Stored items:
=== Section Start ===
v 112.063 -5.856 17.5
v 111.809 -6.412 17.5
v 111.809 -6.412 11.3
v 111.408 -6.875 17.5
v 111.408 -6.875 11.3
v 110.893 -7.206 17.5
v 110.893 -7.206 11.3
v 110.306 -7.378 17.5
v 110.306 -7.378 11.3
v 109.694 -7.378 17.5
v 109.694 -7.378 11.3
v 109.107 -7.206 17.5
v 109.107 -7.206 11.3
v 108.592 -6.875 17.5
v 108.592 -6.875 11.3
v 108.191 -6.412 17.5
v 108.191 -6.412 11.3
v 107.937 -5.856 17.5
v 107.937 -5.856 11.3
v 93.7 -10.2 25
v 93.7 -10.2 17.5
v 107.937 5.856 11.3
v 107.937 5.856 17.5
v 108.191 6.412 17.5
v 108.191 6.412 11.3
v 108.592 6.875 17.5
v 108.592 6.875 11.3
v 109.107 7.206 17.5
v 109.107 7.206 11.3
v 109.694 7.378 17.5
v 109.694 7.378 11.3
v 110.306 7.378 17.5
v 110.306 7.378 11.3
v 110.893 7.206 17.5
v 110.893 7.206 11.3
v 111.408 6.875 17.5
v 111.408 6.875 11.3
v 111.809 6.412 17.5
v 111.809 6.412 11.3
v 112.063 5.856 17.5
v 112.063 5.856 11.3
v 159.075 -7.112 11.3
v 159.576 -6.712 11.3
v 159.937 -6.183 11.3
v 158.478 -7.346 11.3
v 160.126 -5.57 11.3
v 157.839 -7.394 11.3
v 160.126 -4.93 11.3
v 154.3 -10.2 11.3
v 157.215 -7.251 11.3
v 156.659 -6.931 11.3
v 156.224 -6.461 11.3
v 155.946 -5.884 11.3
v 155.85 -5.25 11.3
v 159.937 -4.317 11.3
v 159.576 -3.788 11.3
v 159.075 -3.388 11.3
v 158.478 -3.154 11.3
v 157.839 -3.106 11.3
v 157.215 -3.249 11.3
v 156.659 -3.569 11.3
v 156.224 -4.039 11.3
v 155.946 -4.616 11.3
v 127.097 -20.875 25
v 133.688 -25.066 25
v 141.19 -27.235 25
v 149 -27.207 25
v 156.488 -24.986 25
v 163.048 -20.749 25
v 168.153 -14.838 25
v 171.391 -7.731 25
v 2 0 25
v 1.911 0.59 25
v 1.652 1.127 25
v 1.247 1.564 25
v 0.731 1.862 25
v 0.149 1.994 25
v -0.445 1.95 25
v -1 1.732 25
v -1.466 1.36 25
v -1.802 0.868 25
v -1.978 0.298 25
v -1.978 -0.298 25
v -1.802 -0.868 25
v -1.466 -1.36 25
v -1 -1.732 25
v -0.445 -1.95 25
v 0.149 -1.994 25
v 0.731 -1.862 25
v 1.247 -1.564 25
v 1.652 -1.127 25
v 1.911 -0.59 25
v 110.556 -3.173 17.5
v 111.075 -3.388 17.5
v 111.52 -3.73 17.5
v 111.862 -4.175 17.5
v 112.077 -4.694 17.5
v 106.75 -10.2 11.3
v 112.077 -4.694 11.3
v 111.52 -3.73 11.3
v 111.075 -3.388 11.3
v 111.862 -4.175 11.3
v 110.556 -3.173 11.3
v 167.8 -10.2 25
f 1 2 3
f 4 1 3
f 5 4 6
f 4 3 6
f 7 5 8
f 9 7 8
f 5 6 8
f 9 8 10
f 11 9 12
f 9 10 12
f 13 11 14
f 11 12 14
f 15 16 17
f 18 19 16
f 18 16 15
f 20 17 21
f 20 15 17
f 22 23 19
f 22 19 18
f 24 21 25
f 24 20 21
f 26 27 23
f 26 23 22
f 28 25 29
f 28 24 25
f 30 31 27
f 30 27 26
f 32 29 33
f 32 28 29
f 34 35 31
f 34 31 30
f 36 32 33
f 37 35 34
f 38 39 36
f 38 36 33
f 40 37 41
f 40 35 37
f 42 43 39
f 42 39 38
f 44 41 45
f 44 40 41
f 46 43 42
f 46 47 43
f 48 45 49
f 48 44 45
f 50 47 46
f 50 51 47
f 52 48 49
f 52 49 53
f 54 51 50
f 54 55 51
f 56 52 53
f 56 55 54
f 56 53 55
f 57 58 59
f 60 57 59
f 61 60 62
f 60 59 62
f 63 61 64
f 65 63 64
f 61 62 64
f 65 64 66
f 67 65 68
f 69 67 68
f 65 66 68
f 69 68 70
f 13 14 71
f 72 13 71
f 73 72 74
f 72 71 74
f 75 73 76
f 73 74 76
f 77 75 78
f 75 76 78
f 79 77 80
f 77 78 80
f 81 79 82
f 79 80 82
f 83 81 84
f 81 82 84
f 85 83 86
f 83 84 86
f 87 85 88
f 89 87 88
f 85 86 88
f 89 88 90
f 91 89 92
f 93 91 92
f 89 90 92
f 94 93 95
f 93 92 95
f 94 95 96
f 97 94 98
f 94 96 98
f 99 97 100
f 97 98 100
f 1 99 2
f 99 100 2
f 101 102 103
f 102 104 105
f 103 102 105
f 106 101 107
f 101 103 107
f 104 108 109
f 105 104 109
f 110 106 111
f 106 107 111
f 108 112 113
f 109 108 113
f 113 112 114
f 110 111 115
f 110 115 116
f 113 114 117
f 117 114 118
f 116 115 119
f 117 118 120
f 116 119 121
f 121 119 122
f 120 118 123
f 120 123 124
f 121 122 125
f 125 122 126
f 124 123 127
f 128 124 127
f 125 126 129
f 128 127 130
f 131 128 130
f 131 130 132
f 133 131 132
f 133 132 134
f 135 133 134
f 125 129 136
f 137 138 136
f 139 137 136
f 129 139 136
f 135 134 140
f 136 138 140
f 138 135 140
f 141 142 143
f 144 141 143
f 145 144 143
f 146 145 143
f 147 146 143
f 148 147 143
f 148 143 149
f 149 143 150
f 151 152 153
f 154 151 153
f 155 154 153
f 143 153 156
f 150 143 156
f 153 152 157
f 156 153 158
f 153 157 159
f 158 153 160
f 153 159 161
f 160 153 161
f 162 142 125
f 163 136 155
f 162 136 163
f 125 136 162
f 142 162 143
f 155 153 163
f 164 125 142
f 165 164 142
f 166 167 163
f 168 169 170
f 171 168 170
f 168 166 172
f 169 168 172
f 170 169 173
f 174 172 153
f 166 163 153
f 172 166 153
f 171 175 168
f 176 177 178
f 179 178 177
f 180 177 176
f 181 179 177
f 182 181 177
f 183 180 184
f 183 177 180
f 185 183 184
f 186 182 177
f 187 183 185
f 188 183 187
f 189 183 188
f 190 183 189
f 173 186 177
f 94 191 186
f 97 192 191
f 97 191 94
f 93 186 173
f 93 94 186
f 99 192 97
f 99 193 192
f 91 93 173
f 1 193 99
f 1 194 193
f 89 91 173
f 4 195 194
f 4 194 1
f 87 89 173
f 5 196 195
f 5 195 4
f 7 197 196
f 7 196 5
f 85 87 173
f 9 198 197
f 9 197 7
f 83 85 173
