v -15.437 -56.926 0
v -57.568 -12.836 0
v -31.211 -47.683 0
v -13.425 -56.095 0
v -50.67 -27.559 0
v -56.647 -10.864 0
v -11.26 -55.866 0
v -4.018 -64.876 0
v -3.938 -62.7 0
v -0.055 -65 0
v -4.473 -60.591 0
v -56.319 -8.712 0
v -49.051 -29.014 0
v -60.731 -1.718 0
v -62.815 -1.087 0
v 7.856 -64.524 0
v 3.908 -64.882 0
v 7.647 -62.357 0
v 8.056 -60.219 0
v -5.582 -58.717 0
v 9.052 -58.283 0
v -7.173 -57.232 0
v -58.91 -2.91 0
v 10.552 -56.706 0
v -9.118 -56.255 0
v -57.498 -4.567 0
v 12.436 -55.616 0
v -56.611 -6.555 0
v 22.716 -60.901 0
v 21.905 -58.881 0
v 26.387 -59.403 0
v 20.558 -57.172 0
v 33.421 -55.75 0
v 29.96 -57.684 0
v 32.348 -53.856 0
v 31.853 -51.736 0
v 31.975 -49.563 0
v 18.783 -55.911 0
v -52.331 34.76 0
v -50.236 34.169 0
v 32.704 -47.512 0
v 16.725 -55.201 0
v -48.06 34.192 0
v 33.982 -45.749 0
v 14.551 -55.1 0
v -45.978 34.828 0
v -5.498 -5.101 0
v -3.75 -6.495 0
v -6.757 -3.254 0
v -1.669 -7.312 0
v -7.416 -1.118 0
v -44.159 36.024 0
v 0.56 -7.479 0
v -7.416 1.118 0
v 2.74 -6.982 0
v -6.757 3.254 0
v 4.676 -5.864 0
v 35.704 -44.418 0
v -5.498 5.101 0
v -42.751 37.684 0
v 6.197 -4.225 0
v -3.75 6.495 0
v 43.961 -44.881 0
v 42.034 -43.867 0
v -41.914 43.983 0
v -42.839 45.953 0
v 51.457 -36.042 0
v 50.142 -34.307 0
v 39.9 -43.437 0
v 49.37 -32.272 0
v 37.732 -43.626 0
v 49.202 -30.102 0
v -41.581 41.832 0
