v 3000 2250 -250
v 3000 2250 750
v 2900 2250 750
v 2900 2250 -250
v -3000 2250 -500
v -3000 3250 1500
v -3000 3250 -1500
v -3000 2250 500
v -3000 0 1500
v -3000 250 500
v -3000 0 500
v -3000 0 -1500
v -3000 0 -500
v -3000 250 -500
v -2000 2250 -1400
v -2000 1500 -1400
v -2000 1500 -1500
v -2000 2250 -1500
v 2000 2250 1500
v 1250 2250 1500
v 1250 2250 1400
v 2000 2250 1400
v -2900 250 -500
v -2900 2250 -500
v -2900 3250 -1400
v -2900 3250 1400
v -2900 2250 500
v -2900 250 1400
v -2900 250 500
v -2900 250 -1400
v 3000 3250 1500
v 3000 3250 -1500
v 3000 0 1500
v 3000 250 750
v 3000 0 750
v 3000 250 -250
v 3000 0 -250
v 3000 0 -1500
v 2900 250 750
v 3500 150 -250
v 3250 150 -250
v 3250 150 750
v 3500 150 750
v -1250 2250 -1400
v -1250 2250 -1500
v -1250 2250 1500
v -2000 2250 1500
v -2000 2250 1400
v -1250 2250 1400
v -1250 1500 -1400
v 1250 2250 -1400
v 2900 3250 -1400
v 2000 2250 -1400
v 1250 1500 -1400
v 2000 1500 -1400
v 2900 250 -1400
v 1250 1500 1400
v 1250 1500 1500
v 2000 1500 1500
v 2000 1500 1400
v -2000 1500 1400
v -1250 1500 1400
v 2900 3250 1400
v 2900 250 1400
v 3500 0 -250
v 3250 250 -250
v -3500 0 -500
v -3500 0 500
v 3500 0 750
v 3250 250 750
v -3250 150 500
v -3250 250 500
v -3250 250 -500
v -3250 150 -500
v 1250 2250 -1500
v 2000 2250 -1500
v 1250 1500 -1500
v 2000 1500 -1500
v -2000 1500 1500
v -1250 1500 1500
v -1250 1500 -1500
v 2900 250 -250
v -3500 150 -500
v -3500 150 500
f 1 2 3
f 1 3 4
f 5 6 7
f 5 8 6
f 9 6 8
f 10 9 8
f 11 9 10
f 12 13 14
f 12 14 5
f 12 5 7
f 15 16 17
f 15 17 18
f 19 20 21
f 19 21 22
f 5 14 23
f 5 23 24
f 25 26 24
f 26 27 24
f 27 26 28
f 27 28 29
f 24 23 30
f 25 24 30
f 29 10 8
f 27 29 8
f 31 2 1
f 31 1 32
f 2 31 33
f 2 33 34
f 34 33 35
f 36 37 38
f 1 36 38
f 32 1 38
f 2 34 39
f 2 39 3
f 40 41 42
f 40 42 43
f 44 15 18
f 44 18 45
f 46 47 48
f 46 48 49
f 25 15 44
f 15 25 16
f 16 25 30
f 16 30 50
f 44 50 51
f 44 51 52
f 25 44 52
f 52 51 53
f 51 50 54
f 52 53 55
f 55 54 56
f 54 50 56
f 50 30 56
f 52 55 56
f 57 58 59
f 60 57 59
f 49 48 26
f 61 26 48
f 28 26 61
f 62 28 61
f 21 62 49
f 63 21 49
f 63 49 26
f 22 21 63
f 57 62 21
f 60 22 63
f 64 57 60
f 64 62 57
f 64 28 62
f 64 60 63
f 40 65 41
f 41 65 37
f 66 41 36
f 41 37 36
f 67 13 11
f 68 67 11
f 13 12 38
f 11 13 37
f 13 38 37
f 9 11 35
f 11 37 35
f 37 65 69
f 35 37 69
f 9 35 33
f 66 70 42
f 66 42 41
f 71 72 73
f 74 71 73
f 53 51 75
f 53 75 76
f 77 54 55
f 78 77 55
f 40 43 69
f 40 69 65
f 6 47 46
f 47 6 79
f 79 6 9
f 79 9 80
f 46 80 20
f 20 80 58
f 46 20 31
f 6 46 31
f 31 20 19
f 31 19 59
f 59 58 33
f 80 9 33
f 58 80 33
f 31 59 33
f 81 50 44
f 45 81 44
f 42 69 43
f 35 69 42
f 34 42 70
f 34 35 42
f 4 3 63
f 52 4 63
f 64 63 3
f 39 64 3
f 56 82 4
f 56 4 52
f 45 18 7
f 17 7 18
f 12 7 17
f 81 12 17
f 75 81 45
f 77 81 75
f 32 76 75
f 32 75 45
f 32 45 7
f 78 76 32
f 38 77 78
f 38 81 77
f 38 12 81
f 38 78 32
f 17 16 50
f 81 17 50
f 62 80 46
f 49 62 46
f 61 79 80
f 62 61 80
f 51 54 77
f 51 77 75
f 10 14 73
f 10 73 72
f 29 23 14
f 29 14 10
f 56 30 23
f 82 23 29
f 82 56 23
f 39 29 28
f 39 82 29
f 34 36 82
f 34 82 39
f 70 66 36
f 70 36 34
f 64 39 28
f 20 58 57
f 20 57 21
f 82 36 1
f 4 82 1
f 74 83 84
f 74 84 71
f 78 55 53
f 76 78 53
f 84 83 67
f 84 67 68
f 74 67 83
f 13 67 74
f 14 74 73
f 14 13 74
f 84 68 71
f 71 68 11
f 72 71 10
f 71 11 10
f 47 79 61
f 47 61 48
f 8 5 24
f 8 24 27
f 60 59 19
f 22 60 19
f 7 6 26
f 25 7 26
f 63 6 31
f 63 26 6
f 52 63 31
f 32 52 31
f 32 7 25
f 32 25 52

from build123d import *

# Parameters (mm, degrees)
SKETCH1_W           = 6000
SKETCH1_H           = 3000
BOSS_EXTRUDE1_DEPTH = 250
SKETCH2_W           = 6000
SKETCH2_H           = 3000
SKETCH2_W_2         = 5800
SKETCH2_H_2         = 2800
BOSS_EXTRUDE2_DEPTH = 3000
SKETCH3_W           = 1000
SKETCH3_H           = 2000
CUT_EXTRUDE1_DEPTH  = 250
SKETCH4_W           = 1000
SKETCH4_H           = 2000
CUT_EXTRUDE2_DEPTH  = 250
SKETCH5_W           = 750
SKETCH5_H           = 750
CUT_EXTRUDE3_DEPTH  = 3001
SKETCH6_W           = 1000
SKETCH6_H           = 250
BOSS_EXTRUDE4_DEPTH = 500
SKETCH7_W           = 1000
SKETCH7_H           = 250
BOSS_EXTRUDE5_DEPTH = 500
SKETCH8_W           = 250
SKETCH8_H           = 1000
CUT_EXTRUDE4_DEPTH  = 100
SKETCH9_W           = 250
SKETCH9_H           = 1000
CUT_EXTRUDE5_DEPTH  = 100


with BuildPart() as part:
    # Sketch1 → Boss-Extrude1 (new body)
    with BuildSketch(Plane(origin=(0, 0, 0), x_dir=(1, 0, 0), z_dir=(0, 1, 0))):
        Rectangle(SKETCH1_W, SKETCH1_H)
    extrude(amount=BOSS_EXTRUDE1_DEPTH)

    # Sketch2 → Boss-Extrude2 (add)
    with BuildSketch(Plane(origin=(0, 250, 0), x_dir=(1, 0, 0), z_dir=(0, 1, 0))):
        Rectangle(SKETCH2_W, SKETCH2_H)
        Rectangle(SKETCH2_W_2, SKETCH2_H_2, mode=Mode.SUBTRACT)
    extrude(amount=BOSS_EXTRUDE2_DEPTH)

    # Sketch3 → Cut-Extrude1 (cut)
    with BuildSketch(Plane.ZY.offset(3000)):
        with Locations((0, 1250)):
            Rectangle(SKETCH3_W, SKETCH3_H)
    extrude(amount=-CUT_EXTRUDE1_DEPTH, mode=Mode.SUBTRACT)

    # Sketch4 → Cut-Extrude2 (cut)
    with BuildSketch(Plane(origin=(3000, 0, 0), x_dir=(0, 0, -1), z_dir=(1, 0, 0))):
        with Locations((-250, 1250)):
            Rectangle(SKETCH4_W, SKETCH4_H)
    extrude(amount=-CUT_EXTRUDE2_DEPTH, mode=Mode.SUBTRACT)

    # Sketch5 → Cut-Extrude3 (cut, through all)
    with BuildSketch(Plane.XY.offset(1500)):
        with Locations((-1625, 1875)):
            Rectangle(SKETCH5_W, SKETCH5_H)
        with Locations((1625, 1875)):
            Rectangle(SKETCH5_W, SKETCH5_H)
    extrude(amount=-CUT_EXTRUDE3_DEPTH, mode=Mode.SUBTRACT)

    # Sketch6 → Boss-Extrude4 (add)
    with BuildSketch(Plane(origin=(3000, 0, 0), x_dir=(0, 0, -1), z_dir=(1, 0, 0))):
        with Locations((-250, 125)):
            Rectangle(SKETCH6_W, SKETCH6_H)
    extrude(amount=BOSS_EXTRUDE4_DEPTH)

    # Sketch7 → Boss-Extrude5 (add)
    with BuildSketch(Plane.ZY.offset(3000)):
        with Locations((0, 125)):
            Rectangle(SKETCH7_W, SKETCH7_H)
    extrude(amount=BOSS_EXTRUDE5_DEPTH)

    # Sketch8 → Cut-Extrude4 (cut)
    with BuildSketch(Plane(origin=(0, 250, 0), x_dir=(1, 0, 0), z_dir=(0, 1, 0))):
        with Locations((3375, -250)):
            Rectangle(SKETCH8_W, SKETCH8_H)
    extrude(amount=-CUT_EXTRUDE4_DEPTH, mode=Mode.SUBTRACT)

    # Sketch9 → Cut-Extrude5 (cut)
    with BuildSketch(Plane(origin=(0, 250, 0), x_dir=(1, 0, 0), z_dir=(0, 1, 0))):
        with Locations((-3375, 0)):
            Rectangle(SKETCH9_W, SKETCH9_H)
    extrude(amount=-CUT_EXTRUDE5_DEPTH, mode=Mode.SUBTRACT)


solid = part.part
=== Section End ===
EXERCISE INSTRUCTIONS:
Among the entries above, locate the lines containing "v 0.56 -7.479 0" and "v 3000 0 -250", and transcribe exactly those two lines and all lines between.

COMPLETED EXERCISE:
v 0.56 -7.479 0
v -7.416 1.118 0
v 2.74 -6.982 0
v -6.757 3.254 0
v 4.676 -5.864 0
v 35.704 -44.418 0
v -5.498 5.101 0
v -42.751 37.684 0
v 6.197 -4.225 0
v -3.75 6.495 0
v 43.961 -44.881 0
v 42.034 -43.867 0
v -41.914 43.983 0
v -42.839 45.953 0
v 51.457 -36.042 0
v 50.142 -34.307 0
v 39.9 -43.437 0
v 49.37 -32.272 0
v 37.732 -43.626 0
v 49.202 -30.102 0
v -41.581 41.832 0
v 3000 2250 -250
v 3000 2250 750
v 2900 2250 750
v 2900 2250 -250
v -3000 2250 -500
v -3000 3250 1500
v -3000 3250 -1500
v -3000 2250 500
v -3000 0 1500
v -3000 250 500
v -3000 0 500
v -3000 0 -1500
v -3000 0 -500
v -3000 250 -500
v -2000 2250 -1400
v -2000 1500 -1400
v -2000 1500 -1500
v -2000 2250 -1500
v 2000 2250 1500
v 1250 2250 1500
v 1250 2250 1400
v 2000 2250 1400
v -2900 250 -500
v -2900 2250 -500
v -2900 3250 -1400
v -2900 3250 1400
v -2900 2250 500
v -2900 250 1400
v -2900 250 500
v -2900 250 -1400
v 3000 3250 1500
v 3000 3250 -1500
v 3000 0 1500
v 3000 250 750
v 3000 0 750
v 3000 250 -250
v 3000 0 -250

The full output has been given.